For instance, although sigmoid function is nicely derivable, but as x grows, it quicly staurates and its gradient approaches zero. Such property has its own side effect on the speed of training the neural network which become an issue as your network size grows. So, researchers like Alex et al. have found that using a linear rectifier with no saturating property can be trained 6 times faster for image recongnition problems. Check the original paper here: ImageNet Classification with Deep Convolutional Neural Networks
Computing weights of Neural Nets and Deep Learning models is the core of training process. Here, we need to formulate a cost function calculating the overall error of our prediction respect to the true labels (i.e. RMSE). So, the problem becomes solving an optimization problem in which we want to calculate the parameters (i.e. w's) s.t. it minimizes the cost function.
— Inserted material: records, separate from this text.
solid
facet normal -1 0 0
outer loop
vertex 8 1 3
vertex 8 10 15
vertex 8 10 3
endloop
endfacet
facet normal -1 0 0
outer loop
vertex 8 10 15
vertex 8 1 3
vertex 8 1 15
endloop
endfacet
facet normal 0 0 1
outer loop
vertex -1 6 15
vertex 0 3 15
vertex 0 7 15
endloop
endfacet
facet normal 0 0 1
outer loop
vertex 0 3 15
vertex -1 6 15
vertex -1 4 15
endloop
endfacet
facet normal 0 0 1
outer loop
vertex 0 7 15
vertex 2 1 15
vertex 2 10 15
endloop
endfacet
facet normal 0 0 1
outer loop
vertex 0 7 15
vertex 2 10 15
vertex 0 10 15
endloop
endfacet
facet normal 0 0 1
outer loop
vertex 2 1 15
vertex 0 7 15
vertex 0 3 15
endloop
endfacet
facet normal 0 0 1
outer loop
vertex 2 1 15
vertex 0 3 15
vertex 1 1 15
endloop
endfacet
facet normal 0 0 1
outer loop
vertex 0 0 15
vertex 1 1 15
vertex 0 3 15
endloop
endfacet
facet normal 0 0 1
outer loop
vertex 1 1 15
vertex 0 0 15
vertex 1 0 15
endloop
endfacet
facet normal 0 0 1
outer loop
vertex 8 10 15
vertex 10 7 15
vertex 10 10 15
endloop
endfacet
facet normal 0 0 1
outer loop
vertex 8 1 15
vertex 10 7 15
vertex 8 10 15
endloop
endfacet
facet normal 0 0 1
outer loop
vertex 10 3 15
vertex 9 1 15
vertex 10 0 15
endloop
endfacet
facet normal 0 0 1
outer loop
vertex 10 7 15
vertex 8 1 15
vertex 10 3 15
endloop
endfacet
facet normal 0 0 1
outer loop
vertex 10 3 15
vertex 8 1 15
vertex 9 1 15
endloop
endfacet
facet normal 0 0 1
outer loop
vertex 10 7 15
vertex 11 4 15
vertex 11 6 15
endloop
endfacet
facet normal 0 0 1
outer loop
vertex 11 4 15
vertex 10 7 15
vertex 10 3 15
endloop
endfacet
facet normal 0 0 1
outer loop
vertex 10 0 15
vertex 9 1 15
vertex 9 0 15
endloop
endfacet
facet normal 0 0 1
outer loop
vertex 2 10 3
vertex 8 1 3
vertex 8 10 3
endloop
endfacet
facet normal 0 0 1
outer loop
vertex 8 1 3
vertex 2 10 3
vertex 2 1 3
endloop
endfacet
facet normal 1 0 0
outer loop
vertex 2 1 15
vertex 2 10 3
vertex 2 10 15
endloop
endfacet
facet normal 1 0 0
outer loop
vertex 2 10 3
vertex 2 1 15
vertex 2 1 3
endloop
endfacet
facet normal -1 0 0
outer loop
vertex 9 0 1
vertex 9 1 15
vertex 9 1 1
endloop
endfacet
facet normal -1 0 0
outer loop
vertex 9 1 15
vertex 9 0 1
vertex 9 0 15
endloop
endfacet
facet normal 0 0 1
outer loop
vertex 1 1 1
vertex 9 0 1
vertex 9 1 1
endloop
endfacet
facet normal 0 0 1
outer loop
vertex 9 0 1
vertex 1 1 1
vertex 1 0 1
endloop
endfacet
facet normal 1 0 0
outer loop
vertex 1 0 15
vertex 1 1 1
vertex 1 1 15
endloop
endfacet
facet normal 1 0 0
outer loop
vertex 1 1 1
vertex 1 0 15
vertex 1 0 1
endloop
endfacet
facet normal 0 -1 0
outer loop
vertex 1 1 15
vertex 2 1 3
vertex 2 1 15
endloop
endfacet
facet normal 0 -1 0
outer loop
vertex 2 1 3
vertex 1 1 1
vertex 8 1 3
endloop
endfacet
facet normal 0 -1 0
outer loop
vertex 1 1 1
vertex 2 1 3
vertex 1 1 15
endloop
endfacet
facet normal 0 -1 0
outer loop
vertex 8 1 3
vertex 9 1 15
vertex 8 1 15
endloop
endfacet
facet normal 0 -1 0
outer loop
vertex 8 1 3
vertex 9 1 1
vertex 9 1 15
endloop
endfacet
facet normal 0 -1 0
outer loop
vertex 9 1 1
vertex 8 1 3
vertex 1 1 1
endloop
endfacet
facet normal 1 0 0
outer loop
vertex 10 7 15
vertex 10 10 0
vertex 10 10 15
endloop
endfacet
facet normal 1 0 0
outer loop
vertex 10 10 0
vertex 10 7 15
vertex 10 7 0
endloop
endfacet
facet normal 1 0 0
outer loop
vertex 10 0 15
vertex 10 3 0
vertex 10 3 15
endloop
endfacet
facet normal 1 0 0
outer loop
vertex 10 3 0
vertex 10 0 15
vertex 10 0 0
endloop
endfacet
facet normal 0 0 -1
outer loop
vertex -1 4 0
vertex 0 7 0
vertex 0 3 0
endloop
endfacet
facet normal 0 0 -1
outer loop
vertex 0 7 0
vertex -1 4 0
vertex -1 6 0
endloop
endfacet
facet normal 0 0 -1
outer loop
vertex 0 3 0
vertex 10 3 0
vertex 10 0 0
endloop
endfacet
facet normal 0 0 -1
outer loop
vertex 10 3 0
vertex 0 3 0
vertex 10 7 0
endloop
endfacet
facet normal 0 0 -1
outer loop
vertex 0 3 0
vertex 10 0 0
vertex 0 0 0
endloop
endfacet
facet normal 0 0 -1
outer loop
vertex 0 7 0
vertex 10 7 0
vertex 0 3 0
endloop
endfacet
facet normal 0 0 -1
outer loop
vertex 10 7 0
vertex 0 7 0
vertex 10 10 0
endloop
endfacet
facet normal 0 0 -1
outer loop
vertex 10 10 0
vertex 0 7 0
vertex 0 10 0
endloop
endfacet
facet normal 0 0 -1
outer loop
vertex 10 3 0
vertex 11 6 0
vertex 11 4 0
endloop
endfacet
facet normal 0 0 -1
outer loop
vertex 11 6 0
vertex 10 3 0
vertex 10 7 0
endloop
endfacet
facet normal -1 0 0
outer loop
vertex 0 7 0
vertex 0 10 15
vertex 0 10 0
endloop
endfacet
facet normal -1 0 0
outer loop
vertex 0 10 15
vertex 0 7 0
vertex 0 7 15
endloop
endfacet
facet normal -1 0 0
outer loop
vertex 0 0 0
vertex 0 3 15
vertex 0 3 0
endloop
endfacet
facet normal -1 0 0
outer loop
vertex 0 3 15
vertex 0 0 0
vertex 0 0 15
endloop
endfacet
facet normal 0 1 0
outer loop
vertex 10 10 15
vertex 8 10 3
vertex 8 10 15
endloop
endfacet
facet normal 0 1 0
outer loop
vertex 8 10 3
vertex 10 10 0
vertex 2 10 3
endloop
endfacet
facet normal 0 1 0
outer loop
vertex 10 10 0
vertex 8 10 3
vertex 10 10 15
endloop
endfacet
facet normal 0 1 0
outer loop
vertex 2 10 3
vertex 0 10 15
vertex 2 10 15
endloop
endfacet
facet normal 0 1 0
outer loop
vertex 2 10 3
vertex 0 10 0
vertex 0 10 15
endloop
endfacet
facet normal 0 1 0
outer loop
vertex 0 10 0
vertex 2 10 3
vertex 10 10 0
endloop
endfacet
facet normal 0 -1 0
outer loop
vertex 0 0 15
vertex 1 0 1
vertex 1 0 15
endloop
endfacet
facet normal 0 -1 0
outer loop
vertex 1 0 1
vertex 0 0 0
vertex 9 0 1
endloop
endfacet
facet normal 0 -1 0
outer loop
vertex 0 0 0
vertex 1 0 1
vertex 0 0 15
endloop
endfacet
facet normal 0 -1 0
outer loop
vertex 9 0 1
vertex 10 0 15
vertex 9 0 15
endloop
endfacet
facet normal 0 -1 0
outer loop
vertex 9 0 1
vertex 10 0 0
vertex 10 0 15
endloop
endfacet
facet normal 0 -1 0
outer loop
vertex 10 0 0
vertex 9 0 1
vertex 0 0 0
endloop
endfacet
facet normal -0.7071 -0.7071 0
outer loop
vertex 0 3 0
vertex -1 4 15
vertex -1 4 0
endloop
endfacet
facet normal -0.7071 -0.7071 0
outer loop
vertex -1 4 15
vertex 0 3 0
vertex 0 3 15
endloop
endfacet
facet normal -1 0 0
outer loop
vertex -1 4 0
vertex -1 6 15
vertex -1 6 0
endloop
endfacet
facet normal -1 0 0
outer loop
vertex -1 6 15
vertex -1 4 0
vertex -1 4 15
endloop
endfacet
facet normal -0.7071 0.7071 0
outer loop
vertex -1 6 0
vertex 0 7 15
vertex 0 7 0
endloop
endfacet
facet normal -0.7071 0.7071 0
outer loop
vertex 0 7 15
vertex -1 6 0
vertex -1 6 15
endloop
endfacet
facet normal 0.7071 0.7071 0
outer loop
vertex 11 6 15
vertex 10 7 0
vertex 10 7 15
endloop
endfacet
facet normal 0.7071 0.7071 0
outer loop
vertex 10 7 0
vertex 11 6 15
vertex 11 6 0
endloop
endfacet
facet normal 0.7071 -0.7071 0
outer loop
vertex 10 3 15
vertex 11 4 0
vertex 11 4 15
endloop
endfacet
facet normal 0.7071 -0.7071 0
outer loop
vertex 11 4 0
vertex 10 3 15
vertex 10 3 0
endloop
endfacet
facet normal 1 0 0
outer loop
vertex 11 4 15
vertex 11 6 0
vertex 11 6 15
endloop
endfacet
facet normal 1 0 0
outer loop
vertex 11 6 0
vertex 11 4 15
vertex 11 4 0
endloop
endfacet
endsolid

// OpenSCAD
socketLength = 6; // x
socketWidth = 12; // z
socketDepth = 9; // y

verticalOffSet = 3;
horizontalOffset = 2;

holeLength = socketLength; // x
holeWidth = socketWidth; // z
holeDepth = socketDepth + 1; // y

vertLip = 2;
horzLip = 1;

bodyLength = holeLength + horizontalOffset * 2; // x
bodyWidth = holeWidth + verticalOffSet; // z
bodyDepth = holeDepth; // y

//translate ([20,20,0])
difference() {
    cube ([bodyLength,bodyDepth,bodyWidth]);

    union() {
        translate ([horizontalOffset,-1,verticalOffSet])
        cube ([socketLength,holeDepth + 2 ,holeWidth]);
        translate ([horizontalOffset - horzLip,-1,verticalOffSet - vertLip])
        cube ([socketLength + (horzLip * 2),2 ,holeWidth + (2 * vertLip)]);
    }
}

runner();

translate([bodyLength,0,0])
mirror([1,0,0])
    runner();

module runner() {
    linear_extrude(bodyWidth)
        translate([0,3,0])
            rotate([0,0,90])
                polygon (
                    [
                        [0,0],
                        [1,1],
                        [3,1],
                        [4,0],
                        [4,-1],
                        [0,-1]
                ]);
}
There are know techniques such as gradient descent by which one can find the minimum of a cost function. In practice, training neural nets involves using a modified version of gradient descent called stochastic gradient descent, that tries to use randomization and noise to find the global minimum with high probability on a complex error surface. See Ref 6 for a complete list of optimization techniques in Machine Learning area.
If we want to train a multi-layer neural net, we need to use techniques such as Backpropagation in conjunction with an optimization method like stochastic gradient descent.
As we add more layers to our net, we can end up having much more parameters compared to training data samples. This problem is known as overfitting problem in machine learning space. To solve this issue, we need to take proper actions such as including a dropout layers/neurons.
We will demo a few examples of machine learning models for solving image recognition problems. These examples are in Python and use Theano library. Check the link here for some code examples: Theano Tutorial.
Theano comes with both CPU and GPU implementations for deep learning. In one of our tests, we ran two versions of deep learning one on a Mac Pro (2.9 GHz Intel Core i7 with 8GB mem) and the other test on an EC2 GPU instance (g2.2xlarge instance type - NVIDIA GPU with 1,536 CUDA cores - 4GB of video memory). We filled a spot request for EC2 instance. Next, we followed steps specified in Ref 7 to install Theano.
On Amazon G2 instance, running the deep learning code (i.e. 4_modern_net.py) took 5 minutes while on the Mac node it took almost 37 inutes to run the same code. So, running on G2 instance gives a 7.4 speedup factor which is a significant boost using single multi-core machine. Netflix lab also has done some work around deep learning problem in 2014 where they reported building their ANN (artificial neural network) models on a single machine. However, they use multiple machines to build seperate models for each 41 countries they have have buisiness in. See Ref 8 for details on the Netflix effort to optimize running Deep Learning models.
The most time consuming part of deep learning model is the Stochastic Gradient Descent part by which we try to compute the weights of network edges (wi's). There is large dependecnies while running SGD phase which makes distributing this part on multi machines not trivial and can result in worse performance if not careful steps are taken during parallelization design phase.
In 2012, Google has taken some steps to build and run a distributed deep networks where they distributed some of their computations across several machines. In Google's case their deep network had billions of parameters but in our case the number of parameters are way less. See Ref 9 to find more details on Google deep learning project.